Segment Open

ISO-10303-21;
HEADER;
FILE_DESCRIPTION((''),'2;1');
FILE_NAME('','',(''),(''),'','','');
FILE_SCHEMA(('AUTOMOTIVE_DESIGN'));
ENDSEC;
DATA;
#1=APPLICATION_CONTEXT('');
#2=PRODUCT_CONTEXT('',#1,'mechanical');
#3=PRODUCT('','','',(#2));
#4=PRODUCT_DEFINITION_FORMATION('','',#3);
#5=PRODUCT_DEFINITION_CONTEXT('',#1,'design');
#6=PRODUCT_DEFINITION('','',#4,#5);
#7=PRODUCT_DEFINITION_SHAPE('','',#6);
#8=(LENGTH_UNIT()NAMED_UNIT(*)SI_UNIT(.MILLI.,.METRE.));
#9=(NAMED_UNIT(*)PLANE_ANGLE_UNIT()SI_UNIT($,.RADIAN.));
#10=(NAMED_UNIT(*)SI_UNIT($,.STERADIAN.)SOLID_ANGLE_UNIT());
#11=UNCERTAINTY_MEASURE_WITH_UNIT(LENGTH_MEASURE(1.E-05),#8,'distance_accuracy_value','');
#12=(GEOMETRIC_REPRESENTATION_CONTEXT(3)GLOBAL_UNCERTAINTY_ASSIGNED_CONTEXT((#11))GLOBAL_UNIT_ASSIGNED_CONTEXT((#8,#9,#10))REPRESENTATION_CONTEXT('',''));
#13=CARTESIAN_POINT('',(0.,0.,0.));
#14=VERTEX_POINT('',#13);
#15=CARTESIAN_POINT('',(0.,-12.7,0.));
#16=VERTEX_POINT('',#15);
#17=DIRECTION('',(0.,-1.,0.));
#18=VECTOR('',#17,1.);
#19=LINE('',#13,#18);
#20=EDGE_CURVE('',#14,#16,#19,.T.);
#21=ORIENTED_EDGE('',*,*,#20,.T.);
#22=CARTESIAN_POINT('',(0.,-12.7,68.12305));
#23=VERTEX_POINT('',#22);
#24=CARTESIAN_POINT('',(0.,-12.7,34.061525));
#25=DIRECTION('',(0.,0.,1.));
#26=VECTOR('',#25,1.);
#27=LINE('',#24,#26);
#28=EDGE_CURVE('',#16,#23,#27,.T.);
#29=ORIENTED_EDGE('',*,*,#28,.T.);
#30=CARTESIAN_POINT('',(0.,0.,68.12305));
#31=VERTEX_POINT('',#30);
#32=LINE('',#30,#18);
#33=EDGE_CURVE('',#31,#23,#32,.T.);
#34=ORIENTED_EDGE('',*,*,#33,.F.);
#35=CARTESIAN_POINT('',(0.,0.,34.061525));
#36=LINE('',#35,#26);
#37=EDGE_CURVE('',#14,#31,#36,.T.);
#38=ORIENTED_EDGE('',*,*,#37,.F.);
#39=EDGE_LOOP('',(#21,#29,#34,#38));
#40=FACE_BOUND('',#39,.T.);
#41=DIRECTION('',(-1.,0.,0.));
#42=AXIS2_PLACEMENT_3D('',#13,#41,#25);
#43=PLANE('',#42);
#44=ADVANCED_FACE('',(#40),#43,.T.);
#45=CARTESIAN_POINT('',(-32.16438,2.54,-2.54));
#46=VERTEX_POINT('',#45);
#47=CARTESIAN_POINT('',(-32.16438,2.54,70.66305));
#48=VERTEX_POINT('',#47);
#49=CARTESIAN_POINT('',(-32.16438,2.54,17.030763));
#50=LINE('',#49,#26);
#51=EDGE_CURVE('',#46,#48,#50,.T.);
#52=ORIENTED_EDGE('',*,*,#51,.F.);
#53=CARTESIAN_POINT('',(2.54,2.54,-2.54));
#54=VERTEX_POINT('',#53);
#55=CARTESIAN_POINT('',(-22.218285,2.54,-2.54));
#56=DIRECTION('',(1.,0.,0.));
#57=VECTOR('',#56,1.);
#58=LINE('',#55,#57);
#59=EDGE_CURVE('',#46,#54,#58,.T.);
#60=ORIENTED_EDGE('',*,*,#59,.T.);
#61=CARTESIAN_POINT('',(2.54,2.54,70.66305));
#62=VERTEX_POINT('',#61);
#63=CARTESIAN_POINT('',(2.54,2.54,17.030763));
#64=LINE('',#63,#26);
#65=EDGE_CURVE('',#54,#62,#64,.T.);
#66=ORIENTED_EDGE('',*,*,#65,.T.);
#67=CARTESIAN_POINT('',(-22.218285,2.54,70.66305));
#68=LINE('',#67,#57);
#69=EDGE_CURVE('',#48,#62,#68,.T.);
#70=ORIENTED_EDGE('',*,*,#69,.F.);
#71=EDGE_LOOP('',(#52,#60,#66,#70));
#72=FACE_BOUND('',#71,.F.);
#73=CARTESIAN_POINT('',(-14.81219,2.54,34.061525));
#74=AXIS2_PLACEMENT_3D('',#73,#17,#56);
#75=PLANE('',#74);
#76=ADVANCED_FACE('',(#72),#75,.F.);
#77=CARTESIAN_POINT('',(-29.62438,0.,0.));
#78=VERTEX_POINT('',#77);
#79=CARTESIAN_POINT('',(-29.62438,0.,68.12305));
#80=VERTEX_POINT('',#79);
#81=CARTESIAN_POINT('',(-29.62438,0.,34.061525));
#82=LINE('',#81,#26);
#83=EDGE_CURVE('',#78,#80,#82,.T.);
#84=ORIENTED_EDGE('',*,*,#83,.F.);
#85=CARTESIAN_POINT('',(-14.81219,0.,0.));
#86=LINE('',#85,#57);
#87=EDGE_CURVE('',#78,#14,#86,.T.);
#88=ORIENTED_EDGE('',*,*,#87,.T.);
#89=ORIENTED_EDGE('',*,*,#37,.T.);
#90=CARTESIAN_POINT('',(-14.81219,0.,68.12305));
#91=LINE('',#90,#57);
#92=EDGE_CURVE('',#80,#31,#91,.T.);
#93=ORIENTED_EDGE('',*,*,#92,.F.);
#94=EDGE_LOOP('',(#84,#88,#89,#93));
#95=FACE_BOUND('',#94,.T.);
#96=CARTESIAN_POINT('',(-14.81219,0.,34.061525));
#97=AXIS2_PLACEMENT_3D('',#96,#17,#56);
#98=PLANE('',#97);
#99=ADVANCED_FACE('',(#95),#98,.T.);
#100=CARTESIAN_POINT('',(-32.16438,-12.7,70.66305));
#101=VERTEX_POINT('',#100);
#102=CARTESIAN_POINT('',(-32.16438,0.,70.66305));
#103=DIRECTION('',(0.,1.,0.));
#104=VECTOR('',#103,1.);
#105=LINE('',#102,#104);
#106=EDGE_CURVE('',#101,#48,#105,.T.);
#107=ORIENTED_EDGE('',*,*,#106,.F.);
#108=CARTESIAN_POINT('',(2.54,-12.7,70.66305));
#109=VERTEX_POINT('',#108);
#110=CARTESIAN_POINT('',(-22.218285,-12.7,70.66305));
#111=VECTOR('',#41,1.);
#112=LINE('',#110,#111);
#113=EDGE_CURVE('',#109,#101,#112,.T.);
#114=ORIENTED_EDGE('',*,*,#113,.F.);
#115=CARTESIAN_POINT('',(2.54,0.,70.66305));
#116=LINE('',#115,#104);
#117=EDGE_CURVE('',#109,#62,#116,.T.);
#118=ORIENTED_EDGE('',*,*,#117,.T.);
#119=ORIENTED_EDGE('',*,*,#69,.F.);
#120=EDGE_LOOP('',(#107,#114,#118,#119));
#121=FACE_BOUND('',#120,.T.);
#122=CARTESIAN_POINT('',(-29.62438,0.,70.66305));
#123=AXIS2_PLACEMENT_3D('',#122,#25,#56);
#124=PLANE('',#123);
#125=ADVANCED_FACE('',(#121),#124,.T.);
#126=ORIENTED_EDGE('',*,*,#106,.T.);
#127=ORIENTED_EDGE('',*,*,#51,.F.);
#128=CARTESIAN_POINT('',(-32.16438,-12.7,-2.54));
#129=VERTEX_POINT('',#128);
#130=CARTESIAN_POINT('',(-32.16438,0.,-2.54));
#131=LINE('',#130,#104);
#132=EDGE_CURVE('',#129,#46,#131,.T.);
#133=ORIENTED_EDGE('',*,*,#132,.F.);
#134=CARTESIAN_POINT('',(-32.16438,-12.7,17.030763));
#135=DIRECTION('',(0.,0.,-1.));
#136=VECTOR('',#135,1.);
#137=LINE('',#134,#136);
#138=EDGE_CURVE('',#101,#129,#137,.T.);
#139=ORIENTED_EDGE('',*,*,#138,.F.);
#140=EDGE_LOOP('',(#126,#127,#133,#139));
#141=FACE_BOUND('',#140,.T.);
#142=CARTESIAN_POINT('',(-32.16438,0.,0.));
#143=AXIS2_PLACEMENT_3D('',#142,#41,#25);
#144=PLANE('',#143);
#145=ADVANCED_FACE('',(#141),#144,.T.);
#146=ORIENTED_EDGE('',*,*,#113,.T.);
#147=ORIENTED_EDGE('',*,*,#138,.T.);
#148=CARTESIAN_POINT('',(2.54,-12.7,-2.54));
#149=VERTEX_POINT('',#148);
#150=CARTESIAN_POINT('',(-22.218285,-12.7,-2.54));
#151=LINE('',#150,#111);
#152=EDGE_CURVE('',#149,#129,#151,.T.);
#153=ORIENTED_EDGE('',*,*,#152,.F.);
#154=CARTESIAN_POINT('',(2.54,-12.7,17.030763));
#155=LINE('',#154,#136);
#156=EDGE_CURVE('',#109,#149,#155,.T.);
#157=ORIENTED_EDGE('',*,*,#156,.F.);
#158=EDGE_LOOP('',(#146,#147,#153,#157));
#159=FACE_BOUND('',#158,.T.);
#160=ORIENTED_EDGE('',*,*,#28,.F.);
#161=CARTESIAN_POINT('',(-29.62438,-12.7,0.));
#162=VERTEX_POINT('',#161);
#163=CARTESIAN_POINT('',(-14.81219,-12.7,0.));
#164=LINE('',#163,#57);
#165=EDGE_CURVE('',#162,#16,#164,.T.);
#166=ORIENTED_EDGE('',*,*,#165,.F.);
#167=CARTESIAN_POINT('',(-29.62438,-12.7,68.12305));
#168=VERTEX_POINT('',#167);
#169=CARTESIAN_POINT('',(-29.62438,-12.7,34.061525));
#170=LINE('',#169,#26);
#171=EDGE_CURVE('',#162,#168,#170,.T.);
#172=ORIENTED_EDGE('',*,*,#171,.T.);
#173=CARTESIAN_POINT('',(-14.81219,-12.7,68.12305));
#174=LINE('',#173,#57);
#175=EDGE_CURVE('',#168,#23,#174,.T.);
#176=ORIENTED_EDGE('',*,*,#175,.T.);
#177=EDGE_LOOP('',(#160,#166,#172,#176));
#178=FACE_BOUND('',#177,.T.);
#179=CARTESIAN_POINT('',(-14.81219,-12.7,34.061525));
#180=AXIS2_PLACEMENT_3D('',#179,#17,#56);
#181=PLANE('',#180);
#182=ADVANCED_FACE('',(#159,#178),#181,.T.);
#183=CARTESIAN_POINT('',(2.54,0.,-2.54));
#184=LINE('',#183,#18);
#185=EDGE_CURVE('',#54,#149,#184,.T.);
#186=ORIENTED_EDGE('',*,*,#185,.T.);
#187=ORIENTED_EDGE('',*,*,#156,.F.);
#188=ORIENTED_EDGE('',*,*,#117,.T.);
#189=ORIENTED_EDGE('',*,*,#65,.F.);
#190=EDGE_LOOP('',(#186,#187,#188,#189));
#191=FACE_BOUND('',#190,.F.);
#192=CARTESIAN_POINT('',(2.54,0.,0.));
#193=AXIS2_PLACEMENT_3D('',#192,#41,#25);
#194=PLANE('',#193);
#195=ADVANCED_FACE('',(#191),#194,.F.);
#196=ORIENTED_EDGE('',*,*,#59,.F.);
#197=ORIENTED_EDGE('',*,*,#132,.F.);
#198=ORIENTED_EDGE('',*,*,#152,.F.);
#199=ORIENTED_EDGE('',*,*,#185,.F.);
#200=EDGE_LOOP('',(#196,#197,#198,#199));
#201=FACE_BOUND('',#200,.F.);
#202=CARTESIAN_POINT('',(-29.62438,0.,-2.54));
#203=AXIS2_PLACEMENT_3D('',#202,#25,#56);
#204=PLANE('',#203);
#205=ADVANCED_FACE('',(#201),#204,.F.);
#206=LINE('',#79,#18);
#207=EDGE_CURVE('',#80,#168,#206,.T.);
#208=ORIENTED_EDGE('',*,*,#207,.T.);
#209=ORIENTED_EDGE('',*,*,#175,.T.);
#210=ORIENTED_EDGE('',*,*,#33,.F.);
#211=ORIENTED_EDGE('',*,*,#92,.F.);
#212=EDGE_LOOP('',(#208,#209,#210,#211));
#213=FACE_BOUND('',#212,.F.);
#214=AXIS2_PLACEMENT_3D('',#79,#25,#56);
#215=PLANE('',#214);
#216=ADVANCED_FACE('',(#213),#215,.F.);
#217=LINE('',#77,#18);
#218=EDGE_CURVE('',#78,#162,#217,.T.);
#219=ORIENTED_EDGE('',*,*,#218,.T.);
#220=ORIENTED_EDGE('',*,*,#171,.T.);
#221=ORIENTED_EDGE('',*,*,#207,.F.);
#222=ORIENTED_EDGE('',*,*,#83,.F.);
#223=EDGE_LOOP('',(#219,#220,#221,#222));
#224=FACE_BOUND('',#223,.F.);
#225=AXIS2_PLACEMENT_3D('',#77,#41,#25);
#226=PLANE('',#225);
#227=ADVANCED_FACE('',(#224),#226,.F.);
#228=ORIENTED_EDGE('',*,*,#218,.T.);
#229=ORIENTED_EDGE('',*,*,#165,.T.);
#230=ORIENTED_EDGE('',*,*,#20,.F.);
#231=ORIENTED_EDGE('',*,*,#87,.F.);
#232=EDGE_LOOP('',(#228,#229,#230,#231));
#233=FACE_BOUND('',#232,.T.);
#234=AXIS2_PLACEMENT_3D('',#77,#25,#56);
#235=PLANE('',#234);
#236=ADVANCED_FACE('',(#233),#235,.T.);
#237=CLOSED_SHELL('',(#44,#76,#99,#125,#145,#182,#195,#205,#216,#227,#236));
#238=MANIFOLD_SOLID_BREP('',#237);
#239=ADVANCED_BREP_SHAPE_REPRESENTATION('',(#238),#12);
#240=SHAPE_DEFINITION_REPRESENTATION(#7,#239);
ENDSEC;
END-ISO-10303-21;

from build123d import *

# Parameters (mm, degrees)
F0_W     = 29.6243801713
F0_H     = 68.123050034
F1_DEPTH = 12.7
F2_T     = 2.54


with BuildPart() as f1:
    # F0 (on Front) → F1 (new body)
    with BuildSketch(Plane.XZ):
        with Locations((-14.8121900856, 34.061525017)):
            Rectangle(F0_W, F0_H)
    extrude(amount=F1_DEPTH)

    # F2
    f2_openings = [f1.faces().sort_by_distance(p)[0] for p in [
        (-14.81219, -12.7, 34.061525),
    ]]
    offset(amount=F2_T, openings=f2_openings, kind=Kind.INTERSECTION)


solid = f1.part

Segment Closed

* YOUR TASK:
From the entries above, extract only the lines running from the one containing "#170=LINE('',#169,#26);" through the one containing "#185=EDGE_CURVE('',#54,#149,#184,.T.);", inclusive.

* EXERCISE OUTPUT:
#170=LINE('',#169,#26);
#171=EDGE_CURVE('',#162,#168,#170,.T.);
#172=ORIENTED_EDGE('',*,*,#171,.T.);
#173=CARTESIAN_POINT('',(-14.81219,-12.7,68.12305));
#174=LINE('',#173,#57);
#175=EDGE_CURVE('',#168,#23,#174,.T.);
#176=ORIENTED_EDGE('',*,*,#175,.T.);
#177=EDGE_LOOP('',(#160,#166,#172,#176));
#178=FACE_BOUND('',#177,.T.);
#179=CARTESIAN_POINT('',(-14.81219,-12.7,34.061525));
#180=AXIS2_PLACEMENT_3D('',#179,#17,#56);
#181=PLANE('',#180);
#182=ADVANCED_FACE('',(#159,#178),#181,.T.);
#183=CARTESIAN_POINT('',(2.54,0.,-2.54));
#184=LINE('',#183,#18);
#185=EDGE_CURVE('',#54,#149,#184,.T.);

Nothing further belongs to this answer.